Inclasificable

Resulta que, una vez en la vida, ocurre. Eres capaz de cerrar los ojos y sumergirte en un mundo donde hay pasadizos secretos que solo tu conoces, hacia unas escaleras de caracol que solamente suben, nunca bajan. Y así, llegas a un jardín radiante con olor a césped recién cortado donde, si caminas hacia los límites, ves que estás sobre un inmenso Castillo suspendido en el aire.

“Pedazo de trasto -te dices- ya lo has hecho otra vez”.

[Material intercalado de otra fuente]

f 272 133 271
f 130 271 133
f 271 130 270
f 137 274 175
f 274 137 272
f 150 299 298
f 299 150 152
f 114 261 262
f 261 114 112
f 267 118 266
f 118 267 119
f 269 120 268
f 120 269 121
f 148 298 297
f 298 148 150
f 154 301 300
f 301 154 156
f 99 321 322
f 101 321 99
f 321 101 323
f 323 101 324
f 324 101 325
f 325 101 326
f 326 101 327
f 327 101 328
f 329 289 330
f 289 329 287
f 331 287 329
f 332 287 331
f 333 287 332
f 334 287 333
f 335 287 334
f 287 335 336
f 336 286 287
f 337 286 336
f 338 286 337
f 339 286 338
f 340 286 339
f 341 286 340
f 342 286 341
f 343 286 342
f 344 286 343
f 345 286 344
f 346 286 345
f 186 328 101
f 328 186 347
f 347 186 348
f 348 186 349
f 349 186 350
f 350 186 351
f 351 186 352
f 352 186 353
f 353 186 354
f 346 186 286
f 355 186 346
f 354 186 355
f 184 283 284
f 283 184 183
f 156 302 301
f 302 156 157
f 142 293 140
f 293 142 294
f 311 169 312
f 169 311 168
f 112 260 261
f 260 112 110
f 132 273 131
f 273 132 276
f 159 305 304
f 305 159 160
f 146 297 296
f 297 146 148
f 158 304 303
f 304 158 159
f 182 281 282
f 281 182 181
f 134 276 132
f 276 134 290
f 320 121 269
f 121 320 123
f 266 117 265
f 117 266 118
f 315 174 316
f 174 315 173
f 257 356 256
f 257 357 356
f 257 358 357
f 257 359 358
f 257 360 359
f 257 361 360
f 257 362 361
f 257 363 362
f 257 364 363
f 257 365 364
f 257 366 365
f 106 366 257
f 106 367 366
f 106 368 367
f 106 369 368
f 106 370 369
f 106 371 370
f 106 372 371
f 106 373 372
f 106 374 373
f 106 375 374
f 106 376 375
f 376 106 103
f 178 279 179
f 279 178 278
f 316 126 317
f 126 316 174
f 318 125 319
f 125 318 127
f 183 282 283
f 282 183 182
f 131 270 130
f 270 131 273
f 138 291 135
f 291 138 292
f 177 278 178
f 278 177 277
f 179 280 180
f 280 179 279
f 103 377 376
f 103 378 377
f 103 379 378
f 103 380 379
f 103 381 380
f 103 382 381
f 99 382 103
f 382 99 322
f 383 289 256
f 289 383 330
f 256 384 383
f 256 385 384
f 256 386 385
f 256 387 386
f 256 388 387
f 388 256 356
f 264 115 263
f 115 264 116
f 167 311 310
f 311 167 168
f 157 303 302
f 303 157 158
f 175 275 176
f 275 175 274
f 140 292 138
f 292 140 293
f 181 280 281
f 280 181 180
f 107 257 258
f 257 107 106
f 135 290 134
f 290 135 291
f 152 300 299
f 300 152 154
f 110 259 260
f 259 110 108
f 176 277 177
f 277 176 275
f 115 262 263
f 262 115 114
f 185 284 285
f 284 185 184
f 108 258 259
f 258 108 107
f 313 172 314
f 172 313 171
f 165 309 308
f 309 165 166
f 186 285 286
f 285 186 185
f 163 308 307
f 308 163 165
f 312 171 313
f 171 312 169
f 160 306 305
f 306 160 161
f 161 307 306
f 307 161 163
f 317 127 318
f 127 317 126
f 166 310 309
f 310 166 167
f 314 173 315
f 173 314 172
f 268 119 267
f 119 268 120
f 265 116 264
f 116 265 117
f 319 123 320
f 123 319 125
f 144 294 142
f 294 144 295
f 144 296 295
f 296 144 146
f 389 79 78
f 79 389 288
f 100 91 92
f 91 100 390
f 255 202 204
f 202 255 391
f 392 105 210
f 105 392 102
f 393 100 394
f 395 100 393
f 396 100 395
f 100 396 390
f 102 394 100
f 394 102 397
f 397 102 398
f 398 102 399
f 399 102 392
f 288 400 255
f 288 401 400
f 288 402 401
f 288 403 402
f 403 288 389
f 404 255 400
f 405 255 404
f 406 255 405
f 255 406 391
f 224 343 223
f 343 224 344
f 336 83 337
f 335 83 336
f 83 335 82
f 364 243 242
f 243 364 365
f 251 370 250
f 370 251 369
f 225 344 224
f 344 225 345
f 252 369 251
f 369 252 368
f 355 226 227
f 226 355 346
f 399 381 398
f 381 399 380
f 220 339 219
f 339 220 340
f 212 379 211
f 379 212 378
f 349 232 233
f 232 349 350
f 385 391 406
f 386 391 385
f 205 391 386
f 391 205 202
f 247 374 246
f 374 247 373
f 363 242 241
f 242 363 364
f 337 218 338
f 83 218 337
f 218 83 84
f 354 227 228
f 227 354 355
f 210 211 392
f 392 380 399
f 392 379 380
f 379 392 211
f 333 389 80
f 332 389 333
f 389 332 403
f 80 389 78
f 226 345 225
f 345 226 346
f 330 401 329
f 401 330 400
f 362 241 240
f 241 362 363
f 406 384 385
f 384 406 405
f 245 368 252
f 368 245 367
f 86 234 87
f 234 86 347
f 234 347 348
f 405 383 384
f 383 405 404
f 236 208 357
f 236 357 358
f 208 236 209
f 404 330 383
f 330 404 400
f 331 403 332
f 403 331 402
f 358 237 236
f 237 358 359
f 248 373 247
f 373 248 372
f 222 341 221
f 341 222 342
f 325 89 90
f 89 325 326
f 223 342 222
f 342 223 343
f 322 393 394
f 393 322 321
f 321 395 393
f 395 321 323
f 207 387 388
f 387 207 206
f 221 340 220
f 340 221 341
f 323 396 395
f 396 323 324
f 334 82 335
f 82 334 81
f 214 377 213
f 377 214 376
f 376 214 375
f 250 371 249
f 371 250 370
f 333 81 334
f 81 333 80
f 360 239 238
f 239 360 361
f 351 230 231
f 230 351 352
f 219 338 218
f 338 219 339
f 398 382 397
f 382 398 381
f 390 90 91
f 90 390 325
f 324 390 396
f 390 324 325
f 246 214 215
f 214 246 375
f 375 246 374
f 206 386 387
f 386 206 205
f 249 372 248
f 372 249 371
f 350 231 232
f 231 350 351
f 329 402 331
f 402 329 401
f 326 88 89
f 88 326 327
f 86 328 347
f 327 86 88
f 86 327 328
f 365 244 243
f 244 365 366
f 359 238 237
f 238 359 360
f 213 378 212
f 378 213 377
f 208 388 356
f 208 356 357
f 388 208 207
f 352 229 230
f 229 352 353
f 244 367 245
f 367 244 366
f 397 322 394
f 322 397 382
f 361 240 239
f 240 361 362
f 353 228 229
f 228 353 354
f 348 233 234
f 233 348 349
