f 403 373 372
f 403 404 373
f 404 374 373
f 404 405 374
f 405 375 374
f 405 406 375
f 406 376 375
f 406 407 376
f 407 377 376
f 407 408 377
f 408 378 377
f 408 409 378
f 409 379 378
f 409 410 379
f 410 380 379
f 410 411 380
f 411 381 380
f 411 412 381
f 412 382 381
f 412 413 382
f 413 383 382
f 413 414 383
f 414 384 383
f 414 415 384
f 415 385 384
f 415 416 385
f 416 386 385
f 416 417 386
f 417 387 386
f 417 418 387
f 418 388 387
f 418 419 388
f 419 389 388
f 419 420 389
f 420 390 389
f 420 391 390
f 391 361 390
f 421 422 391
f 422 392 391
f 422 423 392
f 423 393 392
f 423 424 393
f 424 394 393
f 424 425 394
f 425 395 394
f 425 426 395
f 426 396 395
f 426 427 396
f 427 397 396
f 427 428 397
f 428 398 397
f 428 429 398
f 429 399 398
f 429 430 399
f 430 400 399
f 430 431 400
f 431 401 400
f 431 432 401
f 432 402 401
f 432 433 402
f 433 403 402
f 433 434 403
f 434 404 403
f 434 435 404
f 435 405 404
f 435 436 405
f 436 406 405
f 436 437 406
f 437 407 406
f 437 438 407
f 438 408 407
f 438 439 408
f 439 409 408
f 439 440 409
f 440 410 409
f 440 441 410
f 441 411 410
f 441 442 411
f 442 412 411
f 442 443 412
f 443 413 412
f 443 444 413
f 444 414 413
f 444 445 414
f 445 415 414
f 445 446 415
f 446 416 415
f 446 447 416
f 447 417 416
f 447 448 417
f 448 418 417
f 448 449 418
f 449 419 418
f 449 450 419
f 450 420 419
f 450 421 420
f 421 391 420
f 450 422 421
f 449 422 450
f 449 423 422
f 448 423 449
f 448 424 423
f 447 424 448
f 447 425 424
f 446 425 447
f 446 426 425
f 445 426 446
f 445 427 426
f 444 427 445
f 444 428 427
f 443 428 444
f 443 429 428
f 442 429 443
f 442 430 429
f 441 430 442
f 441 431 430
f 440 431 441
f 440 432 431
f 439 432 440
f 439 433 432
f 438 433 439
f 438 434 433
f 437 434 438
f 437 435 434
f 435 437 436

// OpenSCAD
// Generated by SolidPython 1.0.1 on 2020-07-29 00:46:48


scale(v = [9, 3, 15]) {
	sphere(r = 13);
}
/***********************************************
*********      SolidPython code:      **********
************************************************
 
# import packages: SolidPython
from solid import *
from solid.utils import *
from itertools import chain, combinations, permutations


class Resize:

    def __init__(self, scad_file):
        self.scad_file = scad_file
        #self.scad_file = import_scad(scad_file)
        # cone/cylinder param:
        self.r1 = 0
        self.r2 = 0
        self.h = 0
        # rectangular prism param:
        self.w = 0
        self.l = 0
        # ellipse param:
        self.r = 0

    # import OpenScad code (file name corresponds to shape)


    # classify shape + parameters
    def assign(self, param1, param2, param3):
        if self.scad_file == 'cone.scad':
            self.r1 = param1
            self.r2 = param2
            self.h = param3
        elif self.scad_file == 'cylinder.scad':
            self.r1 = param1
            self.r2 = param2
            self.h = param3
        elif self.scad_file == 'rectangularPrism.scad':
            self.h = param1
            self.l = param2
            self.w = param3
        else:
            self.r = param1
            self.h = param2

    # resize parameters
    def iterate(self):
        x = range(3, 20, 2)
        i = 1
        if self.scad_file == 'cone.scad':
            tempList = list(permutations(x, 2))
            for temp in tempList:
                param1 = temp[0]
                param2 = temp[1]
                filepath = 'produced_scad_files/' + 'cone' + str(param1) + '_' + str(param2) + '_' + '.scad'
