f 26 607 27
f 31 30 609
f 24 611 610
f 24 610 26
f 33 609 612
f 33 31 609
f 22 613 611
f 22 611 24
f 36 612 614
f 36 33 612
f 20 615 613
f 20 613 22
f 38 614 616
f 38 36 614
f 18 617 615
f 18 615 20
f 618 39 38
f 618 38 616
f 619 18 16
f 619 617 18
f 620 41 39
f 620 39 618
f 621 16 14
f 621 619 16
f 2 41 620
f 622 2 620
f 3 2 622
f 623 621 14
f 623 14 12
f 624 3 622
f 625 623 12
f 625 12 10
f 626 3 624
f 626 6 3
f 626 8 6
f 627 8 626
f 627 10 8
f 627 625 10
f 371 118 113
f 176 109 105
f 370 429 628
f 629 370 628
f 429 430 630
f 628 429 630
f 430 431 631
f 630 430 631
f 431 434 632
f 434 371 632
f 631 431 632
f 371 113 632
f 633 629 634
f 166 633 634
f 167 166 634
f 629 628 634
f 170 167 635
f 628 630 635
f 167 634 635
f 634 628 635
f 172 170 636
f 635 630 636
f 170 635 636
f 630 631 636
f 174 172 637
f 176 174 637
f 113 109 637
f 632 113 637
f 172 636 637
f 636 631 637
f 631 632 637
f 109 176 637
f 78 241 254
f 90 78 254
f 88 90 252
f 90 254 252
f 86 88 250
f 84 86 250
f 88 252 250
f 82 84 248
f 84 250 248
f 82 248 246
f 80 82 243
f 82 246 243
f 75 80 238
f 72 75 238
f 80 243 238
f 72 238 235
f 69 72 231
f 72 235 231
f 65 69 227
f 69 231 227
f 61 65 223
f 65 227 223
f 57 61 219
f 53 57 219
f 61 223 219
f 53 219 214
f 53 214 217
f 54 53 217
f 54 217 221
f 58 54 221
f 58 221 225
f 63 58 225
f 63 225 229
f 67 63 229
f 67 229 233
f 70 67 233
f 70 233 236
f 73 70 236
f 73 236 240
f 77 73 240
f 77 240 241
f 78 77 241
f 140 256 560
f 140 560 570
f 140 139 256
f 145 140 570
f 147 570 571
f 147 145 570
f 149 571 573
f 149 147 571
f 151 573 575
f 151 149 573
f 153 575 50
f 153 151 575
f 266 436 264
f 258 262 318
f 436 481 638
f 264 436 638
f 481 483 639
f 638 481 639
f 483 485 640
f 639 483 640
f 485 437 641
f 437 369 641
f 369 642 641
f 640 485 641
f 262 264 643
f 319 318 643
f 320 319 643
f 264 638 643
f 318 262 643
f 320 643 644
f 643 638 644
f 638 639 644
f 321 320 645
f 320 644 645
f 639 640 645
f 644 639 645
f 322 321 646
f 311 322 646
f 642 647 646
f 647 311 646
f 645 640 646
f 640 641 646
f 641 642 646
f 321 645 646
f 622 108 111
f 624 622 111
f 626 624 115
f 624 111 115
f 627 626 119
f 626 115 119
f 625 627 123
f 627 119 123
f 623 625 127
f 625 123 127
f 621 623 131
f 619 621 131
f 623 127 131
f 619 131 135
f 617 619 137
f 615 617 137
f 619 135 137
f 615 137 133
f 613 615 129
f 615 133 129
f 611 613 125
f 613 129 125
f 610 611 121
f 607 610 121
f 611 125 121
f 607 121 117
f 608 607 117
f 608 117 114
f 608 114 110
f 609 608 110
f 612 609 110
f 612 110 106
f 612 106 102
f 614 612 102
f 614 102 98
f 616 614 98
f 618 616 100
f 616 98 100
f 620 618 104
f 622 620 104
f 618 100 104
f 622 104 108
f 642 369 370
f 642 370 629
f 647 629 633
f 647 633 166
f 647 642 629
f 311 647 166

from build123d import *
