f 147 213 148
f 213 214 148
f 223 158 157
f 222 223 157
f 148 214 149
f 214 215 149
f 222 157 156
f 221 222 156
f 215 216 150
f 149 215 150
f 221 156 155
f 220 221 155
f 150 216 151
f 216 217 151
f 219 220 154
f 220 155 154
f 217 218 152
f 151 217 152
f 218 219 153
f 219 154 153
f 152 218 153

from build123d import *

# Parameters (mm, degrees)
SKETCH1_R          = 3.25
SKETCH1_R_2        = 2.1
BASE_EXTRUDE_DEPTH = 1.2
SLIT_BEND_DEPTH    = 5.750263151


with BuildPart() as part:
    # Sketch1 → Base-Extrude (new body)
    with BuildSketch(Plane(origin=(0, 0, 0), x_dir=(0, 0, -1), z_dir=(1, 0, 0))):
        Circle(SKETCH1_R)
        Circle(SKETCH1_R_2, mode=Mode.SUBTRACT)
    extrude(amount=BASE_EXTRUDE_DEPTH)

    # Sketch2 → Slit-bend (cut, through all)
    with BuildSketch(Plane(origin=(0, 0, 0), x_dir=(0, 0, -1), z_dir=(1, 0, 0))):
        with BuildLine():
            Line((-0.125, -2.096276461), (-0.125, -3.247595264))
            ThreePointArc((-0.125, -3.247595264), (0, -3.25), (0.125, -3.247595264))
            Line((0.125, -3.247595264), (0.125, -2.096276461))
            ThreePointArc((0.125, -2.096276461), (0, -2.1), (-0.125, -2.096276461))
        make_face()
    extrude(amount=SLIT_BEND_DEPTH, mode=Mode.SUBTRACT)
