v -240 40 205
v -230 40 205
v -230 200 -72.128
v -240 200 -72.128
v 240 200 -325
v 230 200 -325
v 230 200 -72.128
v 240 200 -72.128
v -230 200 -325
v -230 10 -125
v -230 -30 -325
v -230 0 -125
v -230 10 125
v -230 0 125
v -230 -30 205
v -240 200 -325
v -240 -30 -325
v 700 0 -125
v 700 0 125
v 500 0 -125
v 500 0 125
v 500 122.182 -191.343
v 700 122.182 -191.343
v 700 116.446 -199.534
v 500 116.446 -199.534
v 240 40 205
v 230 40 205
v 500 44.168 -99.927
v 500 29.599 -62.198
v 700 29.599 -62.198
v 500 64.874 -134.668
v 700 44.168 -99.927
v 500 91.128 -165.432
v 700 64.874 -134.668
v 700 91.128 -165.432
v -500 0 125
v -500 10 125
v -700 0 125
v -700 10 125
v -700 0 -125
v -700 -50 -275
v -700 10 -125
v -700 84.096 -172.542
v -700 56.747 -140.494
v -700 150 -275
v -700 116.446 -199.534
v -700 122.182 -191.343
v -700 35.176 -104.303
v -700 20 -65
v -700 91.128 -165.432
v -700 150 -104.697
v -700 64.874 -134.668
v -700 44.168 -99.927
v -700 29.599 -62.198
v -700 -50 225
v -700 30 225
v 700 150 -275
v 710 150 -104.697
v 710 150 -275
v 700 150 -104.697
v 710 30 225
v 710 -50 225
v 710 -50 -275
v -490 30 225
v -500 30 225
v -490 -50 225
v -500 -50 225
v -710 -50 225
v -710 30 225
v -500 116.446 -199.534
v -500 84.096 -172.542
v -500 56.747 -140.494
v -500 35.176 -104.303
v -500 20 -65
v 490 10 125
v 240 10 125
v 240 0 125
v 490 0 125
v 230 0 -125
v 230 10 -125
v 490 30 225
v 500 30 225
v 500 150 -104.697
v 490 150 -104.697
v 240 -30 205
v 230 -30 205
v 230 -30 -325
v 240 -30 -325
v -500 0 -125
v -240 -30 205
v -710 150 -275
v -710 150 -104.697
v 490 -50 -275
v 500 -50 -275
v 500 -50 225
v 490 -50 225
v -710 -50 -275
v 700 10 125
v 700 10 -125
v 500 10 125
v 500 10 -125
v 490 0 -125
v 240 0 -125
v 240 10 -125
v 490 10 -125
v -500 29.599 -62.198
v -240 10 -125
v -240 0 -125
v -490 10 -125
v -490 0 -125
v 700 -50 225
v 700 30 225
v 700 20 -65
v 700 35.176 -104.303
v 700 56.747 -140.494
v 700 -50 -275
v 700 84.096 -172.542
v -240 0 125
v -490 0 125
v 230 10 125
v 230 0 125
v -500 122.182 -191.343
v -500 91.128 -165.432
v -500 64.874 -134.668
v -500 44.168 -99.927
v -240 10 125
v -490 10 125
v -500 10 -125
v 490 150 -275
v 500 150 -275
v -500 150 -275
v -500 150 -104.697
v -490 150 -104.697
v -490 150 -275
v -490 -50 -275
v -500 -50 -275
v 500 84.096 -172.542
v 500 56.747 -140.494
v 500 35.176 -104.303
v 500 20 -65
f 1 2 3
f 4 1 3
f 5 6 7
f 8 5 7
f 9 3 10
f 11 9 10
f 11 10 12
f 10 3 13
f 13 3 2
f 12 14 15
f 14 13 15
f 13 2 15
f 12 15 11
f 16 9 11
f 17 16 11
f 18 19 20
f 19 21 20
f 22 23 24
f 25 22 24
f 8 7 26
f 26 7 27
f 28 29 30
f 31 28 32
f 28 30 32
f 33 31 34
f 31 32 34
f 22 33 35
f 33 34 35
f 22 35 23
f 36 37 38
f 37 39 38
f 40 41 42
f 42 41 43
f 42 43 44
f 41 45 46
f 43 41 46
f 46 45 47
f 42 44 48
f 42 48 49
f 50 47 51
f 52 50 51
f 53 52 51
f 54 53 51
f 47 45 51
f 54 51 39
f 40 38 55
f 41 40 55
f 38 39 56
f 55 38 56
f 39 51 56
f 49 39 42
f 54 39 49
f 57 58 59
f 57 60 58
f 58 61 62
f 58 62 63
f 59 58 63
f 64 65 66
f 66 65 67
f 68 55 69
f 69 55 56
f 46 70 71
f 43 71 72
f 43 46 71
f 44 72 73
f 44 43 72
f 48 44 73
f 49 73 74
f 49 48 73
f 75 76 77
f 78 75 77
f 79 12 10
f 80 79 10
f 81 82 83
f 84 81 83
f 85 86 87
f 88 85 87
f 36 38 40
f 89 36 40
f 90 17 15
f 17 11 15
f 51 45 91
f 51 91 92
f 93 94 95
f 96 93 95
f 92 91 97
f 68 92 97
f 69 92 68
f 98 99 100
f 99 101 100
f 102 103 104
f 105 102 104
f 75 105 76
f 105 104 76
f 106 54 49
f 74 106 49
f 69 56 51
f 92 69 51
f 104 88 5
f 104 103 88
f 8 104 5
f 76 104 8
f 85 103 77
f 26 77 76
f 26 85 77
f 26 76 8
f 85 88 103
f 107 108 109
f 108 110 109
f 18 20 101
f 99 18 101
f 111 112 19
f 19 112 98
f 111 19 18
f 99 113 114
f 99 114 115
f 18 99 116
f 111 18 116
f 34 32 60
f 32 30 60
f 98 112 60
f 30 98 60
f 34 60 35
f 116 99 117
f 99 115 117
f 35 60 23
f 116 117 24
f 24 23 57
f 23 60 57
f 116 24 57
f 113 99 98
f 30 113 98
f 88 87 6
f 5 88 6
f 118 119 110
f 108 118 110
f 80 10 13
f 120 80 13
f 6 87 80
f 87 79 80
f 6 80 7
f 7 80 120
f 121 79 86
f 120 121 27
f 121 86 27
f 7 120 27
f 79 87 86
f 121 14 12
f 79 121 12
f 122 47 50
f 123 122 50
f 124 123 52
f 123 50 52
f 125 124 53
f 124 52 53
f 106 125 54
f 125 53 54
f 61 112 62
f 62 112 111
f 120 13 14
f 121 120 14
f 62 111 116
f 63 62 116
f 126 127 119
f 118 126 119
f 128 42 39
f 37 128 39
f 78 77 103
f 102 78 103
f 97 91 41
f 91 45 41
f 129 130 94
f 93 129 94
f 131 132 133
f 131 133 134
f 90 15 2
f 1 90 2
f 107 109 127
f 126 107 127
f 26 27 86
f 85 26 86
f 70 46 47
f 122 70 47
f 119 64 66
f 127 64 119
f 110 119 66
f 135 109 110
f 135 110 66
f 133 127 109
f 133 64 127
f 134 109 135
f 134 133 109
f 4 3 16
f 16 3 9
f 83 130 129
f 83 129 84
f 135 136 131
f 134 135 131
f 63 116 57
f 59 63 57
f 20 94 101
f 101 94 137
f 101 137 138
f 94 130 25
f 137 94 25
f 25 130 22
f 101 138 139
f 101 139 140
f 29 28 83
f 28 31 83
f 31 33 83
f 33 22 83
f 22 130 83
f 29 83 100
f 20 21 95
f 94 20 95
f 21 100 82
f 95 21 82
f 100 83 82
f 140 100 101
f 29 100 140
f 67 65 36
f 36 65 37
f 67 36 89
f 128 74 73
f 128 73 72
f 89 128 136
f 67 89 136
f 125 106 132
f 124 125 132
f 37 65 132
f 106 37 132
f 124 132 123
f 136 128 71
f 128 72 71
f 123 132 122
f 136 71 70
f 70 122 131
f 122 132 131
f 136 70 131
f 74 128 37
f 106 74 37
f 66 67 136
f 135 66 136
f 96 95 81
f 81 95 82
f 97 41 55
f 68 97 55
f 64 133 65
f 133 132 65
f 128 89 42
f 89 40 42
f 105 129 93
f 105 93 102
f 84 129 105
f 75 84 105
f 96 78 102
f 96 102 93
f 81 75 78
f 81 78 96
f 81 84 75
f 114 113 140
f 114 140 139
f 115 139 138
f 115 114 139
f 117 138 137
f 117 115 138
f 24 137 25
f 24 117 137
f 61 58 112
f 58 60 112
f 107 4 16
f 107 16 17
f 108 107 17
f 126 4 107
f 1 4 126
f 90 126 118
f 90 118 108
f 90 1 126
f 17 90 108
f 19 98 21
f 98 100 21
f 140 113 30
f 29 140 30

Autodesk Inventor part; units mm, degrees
sketch "スケッチ1" plane through (0, 0, 0) normal (1, 0, 0) x (0, 1, 0)
  line L0 (10, 125) -> (0, 125)
  line L1 (0, 125) -> (0, -125)
  line L2 (0, -125) -> (10, -125)
  line L3 (10, -125) -> (10, 125)
  point P0 (0, 0)
  dimension "d0" = 250
  dimension "d1" = 10
extrude "押し出し1" add sketch "スケッチ1" along normal mid plane 1400
sketch "スケッチ2" plane through (700, 0, 0) normal (1, 0, 0) x (0, 0, -1)
  line L0 (104.6973, 150) -> (-225, 30)
  line L1 (-225, 30) -> (-225, -50)
  line L2 (-225, -50) -> (275, -50)
  line L3 (275, -50) -> (275, 150)
  line L4 (-125, 0) -> (125, 0) projected
  line L5 (-125, 10) -> (-125, 0) projected
  line L6 (125, 0) -> (125, 10) projected
  line L7 (125, 10) -> (-125, 10) projected
  line L8 (104.6973, 150) -> (275, 150)
  point P0 (0, 0)
  dimension "d4" = 50
  dimension "d5" = 20
  dimension "d6" = 200
  dimension "d7" = 500
  dimension "d8" = 100
  dimension "d9" = 80
extrude "押し出し3" add sketch "スケッチ2" along normal blind 10 contours L8 L3 L2 L1 L0 | L5 L7 L6 L4
ref_plane "作業平面1" through (230, 0, 0) normal (1, 0, 0) x (0, 1, 0)
ref_plane "作業平面2" through (600, 0, 0) normal (-1, 0, 0) x (0, 0, 1)
ref_plane "作業平面3" through (230, 0, 0) normal (1, 0, 0) x (0, 1, 0)
mirror "ミラー3" about plane through (600, 0, 0) normal (-1, 0, 0) of "押し出し3"
sketch "スケッチ4" plane through (230, 0, 0) normal (1, 0, 0) x (0, 1, 0)
  line L0 (40, 205) -> (-30, 205)
  line L1 (-30, 205) -> (-30, -325)
  line L2 (-30, -325) -> (200, -325)
  line L3 (200, -325) -> (200, -72.1281)
  line L4 (200, -72.1281) -> (40, 205)
  line L5 (0, -520.2563) -> (0, 349.2094) projected
  line L6 (30, 225) -> (-50, 225) projected
  line L7 (-50, 225) -> (-50, -275) projected
  line L8 (-50, -275) -> (150, -275) projected
  point P0 (0, 0)
  dimension "d25" = 230
  dimension "d26" = 20
  dimension "d27" = 20
  dimension "d28" = 50
  dimension "d29" = 30
  dimension "d30" = 70
extrude "押し出し5" add sketch "スケッチ4" along normal blind 10 contours L4 L3 L2 L5 L0 | L5 L8 L1 L0 | L5 L2 L1 L8
sketch "スケッチ5" plane through (700, 0, 0) normal (-1, 0, 0) x (0, 0, 1)
  arc A0 (-199.5342, 116.4458) -> (-65, 20) centre (4.9464, 259.6246) ccw
  arc A1 (-191.3426, 122.1816) -> (-62.1979, 29.5994) centre (4.9464, 259.6246) ccw
  line L0 (-65, 20) -> (-62.1979, 29.5994)
  line L1 (-191.3426, 122.1816) -> (-199.5342, 116.4458)
  line L2 (125, 10) -> (-125, 10) projected
  line L3 (-125, 10) -> (-125, 0) projected
  line L4 (-125, 10) -> (-199.5342, 116.4458)
  point P0 (0, 0)
  dimension "d33" = 10
  dimension "d36" = 10
  dimension "d37" = 60
  dimension "d42" = 125
extrude "押し出し6" add sketch "スケッチ5" along normal up to next
mirror "ミラー5" about plane through (0, 0, 0) normal (1, 0, 0) of "押し出し5", "押し出し3", "ミラー3", "押し出し6"
properties part number "F-wing"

“Pedazo de trasto” -te repites-, porque no es la primera vez- mientras miras lo alto de cojones que está del suelo… Y guardas la esperanza -porque nunca la pierdes- de no pegártela esta vez.

Es ese sentimiento inclasificable que le ve llegar, atravesando el umbral de tu vida por tus ojos, como si no hubieran paredes, ni puertas, ni cadenas que pudieran impedir ya su entrada en tu mundo. Ese mundo que has construido para compartir y ser feliz a tu manera, como tu nada más lo entiendes. Y ya no hay nada que detenga tus ganas de tenerle, de poseerle. Ya no hay vuelta atrás. A partir de ese momento, cualquier gesto o movimiento que haga este nuevo SER que se ha colado en lo más hondo de tus entrañas, por simple que sea, tendrá la facultad de sacudirte como a los olivos cuando van a recolectarles las aceitunas, de desnudarte sin ni siquiera tocarte un milímetro de tu piel. Y mientras sigas pensándole, mirarás de reojo a ese olivo con preocupación, porque a penas quedará ya una sola aceituna entre las ramas cuando quieras darte cuenta. Porque resulta que, aún no le tienes y le extrañas, como se extrañan las noches sin luna. Qué locura. Y qué maravilla al mismo tiempo. No hay nada más profundo, más auténtico, que deje más huella y que sea más delicioso, delicado y tierno para sentir en este universo.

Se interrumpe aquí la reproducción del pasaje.